Again, after your done laughing at my post , I'd appreciate your insight to my question. Thx in advance.


----------



## Derrel (Mar 12, 2012)

I still have my 20D. The sensor size on it is approxmately 22.2mm x 14.8mm, or 329 square millimeters; the anon Elph 300 probably has what is called a 1/1.7" sensor, or 7.6mm x 5.7mm for a 43mm square area; or,perhaps it has the very common 1/1.8" sensor which is 7.18mm x 5.32mm, or 38 square millimeters--smaller than the size of a pencil eraser's top...

With decent exposure, the 20D can do fine portraiture...I did not use mine for portraiture too much...here's a simple, one-light, 50mm photo done with the 20D.

_MG_2451_As-Shot_1000x.jpg photo - Derrel photos at pbase.com


----------



## canonblaster (Mar 12, 2012)

Nice shot  So basically the Elph 300 cannot produce these types of pictures?


----------



## Sw1tchFX (Mar 12, 2012)

Portraits?

20D and 24-70? 

Blow it out of the water with a 1V (full frame), 50mm f/1.4, and some Portra 400 or 400H. Way within the budget of a 20D and 24-70 and will shoot portraits 100x better than what an elph can do.


----------



## Big Mike (Mar 13, 2012)

As Derrel mentioned, the big difference between a DSLR and 99% of other digital cameras, is the size of the image sensor.  The larger the better, and most digital cameras (point & shoot etc.) have very tiny sensors.  

The 20D is indeed an old camera (by today's standards) but it was probably the best camera, in it's class, for 3-4 years.  (it's predecessor the 30D, was basically the same camera with a face lift).  
So as long as you don't have to push the ISO past 800, it's a perfectly acceptable camera.  Although, brand new entry level DSLR cameras can be had for around $500 these days, and technology has improved a fair bit since the 20D came out.

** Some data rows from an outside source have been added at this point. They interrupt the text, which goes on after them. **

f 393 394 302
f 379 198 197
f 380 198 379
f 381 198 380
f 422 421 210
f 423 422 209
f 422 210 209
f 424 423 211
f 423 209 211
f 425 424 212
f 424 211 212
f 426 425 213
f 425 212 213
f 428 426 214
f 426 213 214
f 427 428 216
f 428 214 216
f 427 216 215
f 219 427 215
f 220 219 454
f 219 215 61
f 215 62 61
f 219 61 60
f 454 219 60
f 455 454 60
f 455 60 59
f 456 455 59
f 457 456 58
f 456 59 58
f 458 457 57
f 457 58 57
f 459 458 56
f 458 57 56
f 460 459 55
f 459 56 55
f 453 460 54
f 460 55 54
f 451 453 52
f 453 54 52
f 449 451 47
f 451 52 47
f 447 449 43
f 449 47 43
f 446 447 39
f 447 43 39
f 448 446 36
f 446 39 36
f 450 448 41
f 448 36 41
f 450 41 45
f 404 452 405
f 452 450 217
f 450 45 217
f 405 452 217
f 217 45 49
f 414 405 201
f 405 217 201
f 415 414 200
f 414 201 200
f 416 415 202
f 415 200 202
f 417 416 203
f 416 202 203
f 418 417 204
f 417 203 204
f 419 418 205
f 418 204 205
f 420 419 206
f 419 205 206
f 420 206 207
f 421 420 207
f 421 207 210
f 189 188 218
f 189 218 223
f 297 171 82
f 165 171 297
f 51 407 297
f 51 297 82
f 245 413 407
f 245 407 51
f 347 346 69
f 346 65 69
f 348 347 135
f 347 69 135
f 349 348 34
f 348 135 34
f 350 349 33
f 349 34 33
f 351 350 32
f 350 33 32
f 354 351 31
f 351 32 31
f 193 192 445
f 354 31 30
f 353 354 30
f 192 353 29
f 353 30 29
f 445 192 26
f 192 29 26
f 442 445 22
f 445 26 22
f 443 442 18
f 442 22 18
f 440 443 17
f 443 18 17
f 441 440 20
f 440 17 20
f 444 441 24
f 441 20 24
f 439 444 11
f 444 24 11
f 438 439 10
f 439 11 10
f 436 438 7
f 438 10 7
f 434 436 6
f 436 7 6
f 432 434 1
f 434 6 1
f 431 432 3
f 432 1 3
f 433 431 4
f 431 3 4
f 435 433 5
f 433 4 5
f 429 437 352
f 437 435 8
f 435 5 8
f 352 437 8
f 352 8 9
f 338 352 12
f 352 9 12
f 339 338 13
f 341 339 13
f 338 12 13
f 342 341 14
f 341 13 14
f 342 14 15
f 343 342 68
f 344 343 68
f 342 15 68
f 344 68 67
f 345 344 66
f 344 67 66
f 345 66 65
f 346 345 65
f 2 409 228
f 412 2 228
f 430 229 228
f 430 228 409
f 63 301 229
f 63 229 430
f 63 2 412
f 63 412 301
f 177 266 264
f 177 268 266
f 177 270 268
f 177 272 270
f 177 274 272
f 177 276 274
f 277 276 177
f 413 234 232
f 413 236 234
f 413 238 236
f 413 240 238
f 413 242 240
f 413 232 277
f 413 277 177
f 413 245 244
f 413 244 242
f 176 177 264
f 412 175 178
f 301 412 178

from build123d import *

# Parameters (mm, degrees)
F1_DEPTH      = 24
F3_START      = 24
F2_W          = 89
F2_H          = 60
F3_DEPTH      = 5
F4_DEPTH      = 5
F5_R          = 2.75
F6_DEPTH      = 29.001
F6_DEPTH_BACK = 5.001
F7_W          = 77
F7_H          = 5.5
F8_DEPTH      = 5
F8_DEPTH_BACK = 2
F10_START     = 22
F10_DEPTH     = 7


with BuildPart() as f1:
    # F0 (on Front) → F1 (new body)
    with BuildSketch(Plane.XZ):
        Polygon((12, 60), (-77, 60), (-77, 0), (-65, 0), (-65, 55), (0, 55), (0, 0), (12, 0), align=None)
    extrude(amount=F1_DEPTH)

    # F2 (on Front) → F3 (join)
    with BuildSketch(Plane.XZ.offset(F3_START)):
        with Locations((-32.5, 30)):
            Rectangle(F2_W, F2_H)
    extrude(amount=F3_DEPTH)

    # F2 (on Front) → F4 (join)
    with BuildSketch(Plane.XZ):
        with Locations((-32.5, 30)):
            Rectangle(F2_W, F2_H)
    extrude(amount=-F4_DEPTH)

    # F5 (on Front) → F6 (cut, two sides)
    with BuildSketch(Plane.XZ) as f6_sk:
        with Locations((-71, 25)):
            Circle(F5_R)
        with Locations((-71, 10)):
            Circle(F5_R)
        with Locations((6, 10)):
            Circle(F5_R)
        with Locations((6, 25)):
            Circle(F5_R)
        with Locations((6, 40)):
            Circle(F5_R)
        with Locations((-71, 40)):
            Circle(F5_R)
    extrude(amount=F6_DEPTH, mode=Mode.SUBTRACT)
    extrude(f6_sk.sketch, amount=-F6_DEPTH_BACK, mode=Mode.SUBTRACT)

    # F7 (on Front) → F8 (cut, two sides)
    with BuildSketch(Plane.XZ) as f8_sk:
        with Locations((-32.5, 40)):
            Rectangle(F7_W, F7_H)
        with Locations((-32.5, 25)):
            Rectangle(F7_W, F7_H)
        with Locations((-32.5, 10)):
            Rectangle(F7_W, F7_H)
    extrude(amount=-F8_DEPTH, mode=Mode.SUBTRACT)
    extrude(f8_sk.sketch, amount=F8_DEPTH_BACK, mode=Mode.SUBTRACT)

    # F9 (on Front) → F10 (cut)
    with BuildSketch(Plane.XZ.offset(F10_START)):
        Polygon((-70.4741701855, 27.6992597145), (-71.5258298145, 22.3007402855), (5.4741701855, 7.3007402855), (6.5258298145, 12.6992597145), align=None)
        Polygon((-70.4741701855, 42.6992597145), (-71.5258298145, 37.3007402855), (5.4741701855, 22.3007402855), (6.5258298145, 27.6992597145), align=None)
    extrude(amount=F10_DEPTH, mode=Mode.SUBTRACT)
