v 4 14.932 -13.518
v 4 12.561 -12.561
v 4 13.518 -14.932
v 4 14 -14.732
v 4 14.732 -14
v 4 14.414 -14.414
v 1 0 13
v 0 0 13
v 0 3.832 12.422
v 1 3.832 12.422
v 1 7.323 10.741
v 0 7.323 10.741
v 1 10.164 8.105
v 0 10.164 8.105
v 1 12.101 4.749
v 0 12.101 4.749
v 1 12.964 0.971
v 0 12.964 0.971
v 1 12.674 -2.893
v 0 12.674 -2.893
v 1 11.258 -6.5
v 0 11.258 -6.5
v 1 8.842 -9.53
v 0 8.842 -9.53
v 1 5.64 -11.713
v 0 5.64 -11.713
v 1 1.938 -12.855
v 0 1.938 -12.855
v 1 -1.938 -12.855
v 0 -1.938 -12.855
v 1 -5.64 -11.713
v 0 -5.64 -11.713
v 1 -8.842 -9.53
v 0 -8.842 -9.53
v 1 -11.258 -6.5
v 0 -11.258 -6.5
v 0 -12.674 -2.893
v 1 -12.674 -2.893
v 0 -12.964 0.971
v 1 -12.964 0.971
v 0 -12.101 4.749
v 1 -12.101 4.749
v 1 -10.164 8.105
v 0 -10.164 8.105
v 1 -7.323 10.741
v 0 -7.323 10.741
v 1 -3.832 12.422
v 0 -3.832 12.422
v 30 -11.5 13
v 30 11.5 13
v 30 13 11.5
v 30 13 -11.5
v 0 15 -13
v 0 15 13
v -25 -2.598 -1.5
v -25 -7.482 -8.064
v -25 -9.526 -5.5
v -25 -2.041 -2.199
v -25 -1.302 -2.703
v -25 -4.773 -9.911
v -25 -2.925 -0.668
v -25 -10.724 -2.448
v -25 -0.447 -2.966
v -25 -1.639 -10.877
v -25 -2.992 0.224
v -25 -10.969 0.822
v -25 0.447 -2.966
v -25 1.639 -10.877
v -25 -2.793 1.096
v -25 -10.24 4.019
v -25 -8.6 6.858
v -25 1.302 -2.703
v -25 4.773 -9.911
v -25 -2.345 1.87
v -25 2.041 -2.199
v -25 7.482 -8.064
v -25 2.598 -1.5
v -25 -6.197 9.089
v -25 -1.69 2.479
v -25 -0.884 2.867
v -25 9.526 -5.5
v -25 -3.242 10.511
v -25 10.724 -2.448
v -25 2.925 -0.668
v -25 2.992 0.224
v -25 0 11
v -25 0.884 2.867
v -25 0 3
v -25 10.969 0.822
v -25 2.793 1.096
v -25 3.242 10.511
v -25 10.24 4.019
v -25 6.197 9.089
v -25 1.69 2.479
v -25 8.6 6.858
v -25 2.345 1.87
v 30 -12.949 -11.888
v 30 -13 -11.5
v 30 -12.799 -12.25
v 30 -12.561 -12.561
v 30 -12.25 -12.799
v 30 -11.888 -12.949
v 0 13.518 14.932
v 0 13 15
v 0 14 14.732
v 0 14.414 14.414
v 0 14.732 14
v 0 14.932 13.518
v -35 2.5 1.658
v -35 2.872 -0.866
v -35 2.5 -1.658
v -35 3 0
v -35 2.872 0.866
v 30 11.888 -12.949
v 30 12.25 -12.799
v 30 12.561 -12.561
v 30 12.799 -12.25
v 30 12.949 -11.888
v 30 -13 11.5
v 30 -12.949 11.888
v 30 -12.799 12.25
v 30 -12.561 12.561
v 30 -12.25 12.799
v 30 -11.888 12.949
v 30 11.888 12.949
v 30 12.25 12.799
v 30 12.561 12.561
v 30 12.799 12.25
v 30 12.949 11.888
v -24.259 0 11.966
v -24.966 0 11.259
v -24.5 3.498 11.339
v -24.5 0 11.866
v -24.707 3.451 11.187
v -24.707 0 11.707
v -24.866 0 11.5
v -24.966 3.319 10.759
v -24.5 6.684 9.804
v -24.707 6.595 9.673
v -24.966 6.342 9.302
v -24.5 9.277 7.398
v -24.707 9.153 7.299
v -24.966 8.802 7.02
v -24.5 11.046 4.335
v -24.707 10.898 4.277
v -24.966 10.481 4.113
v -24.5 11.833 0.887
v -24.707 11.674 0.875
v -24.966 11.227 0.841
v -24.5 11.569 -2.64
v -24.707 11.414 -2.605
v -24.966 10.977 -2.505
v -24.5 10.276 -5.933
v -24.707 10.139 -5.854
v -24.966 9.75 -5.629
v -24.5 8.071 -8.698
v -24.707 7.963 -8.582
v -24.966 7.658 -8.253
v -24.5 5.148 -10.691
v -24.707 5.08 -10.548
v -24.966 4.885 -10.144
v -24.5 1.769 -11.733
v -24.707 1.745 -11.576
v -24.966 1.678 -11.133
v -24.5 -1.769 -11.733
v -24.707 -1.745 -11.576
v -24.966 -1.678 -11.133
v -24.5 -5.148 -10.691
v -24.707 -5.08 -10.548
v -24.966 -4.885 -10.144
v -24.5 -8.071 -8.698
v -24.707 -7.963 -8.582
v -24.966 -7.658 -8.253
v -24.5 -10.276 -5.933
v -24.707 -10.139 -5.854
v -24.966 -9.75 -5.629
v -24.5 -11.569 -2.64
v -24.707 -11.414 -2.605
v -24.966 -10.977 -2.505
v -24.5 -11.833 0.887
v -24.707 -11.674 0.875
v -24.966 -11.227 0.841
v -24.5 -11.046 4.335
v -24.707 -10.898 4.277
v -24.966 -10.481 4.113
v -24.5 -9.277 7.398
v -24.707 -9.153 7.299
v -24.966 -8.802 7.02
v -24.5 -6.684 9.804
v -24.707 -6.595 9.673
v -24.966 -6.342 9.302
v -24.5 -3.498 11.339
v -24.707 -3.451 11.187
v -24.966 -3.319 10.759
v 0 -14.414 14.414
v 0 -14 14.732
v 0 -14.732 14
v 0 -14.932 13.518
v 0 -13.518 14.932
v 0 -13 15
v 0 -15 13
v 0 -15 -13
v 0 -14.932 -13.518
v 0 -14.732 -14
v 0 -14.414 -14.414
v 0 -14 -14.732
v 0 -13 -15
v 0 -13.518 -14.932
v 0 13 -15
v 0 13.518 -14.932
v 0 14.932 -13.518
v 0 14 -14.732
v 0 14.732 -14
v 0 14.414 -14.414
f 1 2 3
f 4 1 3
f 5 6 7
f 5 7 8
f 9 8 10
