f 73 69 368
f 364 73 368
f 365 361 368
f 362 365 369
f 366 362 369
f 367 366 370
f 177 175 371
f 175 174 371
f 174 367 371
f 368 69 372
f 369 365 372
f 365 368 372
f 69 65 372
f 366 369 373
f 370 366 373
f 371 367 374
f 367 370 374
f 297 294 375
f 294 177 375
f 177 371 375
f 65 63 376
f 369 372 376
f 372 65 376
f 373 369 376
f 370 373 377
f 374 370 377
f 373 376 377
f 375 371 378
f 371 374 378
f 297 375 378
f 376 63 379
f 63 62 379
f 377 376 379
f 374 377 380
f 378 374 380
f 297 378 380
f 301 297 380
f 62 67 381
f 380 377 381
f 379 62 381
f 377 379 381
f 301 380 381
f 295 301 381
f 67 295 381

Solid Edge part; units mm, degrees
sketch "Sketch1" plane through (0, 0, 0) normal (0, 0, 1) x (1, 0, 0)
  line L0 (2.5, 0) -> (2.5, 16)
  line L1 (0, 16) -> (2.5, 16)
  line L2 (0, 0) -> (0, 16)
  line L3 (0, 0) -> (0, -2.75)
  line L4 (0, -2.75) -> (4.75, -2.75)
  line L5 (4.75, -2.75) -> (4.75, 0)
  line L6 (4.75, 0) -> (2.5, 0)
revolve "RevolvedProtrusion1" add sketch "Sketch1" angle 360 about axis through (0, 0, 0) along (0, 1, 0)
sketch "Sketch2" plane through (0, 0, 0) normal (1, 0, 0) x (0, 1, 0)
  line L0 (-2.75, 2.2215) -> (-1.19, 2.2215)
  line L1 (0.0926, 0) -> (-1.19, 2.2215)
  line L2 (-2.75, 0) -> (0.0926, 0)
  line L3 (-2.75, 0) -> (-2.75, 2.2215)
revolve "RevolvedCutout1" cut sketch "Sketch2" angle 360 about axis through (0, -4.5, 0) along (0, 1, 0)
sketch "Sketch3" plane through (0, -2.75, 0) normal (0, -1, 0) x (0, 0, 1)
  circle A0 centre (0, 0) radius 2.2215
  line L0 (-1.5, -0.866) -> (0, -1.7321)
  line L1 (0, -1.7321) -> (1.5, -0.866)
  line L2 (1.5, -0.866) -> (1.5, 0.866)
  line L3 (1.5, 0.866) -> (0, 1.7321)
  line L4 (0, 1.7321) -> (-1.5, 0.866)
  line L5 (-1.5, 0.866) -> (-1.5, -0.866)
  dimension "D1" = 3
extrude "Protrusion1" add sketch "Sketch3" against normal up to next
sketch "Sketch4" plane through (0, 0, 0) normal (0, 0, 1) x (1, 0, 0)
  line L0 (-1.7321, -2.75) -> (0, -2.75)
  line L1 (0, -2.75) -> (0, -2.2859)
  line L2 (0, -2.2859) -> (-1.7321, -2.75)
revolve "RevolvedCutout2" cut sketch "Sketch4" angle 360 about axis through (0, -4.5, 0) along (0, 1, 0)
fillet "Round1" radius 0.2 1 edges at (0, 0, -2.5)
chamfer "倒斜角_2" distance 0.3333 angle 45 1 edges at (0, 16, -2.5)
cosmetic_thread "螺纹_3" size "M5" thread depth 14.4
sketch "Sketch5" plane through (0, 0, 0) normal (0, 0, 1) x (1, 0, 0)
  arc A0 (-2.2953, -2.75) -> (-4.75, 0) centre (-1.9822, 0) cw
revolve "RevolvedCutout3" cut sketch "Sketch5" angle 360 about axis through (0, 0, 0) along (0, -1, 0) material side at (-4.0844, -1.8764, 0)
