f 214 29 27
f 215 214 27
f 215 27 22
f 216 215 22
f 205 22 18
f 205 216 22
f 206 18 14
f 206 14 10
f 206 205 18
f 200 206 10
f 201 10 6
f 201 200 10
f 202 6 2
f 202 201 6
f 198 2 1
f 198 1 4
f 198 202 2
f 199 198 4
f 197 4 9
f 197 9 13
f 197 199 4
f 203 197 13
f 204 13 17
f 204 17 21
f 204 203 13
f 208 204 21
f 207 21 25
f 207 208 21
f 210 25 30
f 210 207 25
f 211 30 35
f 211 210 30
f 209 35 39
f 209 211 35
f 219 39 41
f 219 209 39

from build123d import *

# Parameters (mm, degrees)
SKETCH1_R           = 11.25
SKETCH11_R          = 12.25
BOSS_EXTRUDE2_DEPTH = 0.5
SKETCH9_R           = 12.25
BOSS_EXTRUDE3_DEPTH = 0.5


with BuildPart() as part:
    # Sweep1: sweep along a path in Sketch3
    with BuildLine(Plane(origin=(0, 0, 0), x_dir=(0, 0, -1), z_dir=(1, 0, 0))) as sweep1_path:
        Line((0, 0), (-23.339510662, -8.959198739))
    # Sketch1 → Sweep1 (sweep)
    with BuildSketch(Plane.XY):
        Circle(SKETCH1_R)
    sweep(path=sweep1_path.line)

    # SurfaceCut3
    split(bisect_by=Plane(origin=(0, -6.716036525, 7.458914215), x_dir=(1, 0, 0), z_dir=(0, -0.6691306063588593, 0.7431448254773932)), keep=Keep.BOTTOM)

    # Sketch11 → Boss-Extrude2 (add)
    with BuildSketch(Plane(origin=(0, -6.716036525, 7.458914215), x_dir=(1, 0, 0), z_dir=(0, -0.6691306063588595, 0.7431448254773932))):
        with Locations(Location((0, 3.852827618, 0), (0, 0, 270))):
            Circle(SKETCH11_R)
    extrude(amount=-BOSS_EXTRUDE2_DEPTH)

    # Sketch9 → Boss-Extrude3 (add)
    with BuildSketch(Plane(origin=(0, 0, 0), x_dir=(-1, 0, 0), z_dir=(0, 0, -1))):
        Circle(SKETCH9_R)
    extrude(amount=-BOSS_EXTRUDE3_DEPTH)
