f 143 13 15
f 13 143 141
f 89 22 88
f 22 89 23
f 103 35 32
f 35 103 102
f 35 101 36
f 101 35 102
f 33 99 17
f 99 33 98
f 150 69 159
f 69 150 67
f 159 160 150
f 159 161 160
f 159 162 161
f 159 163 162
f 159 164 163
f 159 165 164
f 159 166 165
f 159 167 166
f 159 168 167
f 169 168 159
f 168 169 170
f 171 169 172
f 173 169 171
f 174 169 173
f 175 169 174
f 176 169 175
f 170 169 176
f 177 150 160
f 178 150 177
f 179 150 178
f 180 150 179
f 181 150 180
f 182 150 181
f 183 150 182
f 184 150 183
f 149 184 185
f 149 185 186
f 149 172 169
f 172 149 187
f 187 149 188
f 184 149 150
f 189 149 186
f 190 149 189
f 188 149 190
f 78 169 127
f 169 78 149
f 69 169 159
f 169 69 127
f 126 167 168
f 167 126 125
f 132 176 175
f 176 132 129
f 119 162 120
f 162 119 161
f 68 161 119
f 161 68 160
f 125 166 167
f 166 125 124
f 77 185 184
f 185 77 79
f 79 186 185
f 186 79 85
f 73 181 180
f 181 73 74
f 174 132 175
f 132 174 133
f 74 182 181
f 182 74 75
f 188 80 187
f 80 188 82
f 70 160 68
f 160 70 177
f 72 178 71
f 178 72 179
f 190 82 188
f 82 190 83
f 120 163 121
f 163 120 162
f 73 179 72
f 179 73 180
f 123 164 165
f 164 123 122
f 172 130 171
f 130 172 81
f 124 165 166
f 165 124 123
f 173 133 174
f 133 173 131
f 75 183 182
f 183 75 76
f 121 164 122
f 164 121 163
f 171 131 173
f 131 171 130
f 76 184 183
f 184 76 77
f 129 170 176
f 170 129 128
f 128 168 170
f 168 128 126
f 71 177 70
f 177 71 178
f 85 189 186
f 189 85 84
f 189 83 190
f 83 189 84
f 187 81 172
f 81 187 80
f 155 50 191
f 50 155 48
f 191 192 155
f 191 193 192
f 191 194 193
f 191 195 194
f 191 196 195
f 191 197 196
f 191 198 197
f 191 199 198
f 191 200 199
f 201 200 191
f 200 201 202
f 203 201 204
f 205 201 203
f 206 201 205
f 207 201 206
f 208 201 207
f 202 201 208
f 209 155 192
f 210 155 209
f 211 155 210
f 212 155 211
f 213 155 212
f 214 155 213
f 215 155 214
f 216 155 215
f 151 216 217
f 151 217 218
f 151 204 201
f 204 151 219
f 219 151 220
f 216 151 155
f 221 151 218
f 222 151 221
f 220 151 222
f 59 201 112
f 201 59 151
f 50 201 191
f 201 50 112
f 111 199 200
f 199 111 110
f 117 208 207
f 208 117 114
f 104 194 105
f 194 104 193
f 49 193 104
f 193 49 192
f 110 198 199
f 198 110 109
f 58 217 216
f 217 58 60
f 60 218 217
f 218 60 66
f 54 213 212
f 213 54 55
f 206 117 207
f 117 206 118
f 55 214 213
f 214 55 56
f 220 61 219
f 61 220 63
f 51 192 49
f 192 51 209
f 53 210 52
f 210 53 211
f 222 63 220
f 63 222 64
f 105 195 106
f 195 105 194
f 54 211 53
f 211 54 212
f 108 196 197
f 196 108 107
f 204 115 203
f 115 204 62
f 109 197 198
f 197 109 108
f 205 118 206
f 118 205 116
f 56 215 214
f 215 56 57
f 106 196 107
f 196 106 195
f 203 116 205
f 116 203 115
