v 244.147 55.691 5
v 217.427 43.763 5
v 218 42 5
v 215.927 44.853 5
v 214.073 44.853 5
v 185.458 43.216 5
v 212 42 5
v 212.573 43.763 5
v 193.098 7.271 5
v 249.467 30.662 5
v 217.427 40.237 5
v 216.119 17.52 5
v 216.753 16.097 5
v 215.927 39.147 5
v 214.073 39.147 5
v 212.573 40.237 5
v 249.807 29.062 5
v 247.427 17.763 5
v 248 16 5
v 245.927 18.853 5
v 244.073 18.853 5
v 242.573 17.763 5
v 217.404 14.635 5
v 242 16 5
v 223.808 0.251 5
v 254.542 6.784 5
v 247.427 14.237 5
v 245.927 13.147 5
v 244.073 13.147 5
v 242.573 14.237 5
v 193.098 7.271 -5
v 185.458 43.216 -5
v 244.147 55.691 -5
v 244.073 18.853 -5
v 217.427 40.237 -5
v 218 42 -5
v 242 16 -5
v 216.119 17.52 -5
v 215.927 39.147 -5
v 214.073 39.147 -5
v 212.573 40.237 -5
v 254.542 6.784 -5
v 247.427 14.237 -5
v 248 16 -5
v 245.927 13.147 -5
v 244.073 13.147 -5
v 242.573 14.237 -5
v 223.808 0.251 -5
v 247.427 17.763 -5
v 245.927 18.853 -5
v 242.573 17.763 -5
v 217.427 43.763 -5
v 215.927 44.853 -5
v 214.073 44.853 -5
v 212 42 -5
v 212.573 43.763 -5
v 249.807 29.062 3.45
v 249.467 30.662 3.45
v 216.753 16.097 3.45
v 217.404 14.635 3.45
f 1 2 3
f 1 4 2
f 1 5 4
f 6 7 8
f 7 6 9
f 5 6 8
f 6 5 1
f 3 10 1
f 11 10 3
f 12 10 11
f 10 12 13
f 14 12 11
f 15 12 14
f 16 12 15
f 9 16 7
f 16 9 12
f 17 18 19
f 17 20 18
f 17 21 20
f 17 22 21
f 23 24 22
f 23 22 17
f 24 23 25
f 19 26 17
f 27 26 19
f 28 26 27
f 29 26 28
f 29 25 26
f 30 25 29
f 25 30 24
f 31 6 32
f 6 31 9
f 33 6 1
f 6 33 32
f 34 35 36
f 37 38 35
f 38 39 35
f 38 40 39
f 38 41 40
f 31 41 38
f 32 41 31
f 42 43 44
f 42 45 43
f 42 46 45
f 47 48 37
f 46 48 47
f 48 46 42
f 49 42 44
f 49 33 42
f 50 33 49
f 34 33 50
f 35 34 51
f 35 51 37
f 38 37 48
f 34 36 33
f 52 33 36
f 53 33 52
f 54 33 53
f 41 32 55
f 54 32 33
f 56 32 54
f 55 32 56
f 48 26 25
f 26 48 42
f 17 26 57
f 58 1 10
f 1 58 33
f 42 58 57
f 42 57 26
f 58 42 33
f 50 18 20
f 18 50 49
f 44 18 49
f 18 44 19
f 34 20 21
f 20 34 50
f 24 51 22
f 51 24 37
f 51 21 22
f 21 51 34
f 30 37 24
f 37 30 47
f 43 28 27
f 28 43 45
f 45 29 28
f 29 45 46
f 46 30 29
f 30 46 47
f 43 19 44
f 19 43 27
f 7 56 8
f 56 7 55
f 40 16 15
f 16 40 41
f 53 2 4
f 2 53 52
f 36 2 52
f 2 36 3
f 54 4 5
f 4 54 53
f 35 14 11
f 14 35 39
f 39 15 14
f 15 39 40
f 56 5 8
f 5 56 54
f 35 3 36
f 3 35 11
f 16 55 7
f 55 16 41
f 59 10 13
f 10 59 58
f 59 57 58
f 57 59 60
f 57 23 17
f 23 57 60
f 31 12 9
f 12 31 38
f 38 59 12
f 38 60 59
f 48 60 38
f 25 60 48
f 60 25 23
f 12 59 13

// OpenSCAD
module rotary()
{
	function r_from_dia(d) = d / 2;

	module hole(r, h) {
		rotate([0,0,0])
			cylinder(r=r, h=h,center=true);
	}

	difference() {
      translate([long,width/2,0])
		 rotate([0,0,alpha])
          cube([length,width,thick],center=true);
	  translate([long+width/2,2*offset,0])
		    hole(hradius, thickplus);
      translate([medium+width/2, width-offset, 0])
		    hole( hradius, thickplus);
      translate([long,width/3,thickplus/2-dia])
		  rotate([0,0,2*alpha])
          cube([2*length,dia, dia+0.3],center=true);
      translate([long-width/4,0,0])
        rotate([0,0,2*alpha])
		   cube([length/2,width/2,thickplus],center=true);
	}

   alpha = 12;
	length = 60;
	width = 50;
   thick = 10;
   thickplus = thick + 2;
   long = 220;
   medium = 190;
   short  = 120;
   hradius = 3;
   dia   = 1.6;
   offset = 8;
}

rotary();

Another big difference between a DSLR and a P&S, is the lens.  Some P&S cameras have a decent lens, but they are almost always built-in and they are almost always a compromise of convenience over quality.  With an SLR, you can change the lens to something with a higher quality or that is suited to your specific needs.  
You mentioned the 24-70mm L lens....a very good lens, but also very expensive.


> but I'm on a budget


Good luck finding that lens for less than $900 (used).  Well, it might be a bit cheaper since there is a new version out...but still not a 'budget' lens by any means.
Check out the Tamron 17-50mm F2.8 or Tamron 28-75mm F2.8.  Good quality lenses, at much lower prices than the Canon equivalent.  
The 17-50mm F2.8 was my primary lens on my 20Ds for years.  



> -Portraits
> -Close up shots with blurred background


For portraits,  you'll usually want a longer lens.  The 85mm F1.8 would be ideal for that...at a decent price.  The 50mm F1.8 is a 'budget' lens and would would be usable...although, not the best long-term investment.
For really close up stuff; most P&S cameras can get closer than a DSLR with standard lens.  So if you're talking macro, your current camera might be easier...but you could always get a Macro lens for a DSLR (or extension tubes or close up filters).  But part of the problem with the tiny sensors in P&S cameras (and the short focal length of the lenses), is that it gives you a very deep DOF, which makes it hard to blur the background.
So if you want portraits with a blurred background, it will be much, much easier with a DSLR and a lens with a large aperture.


----------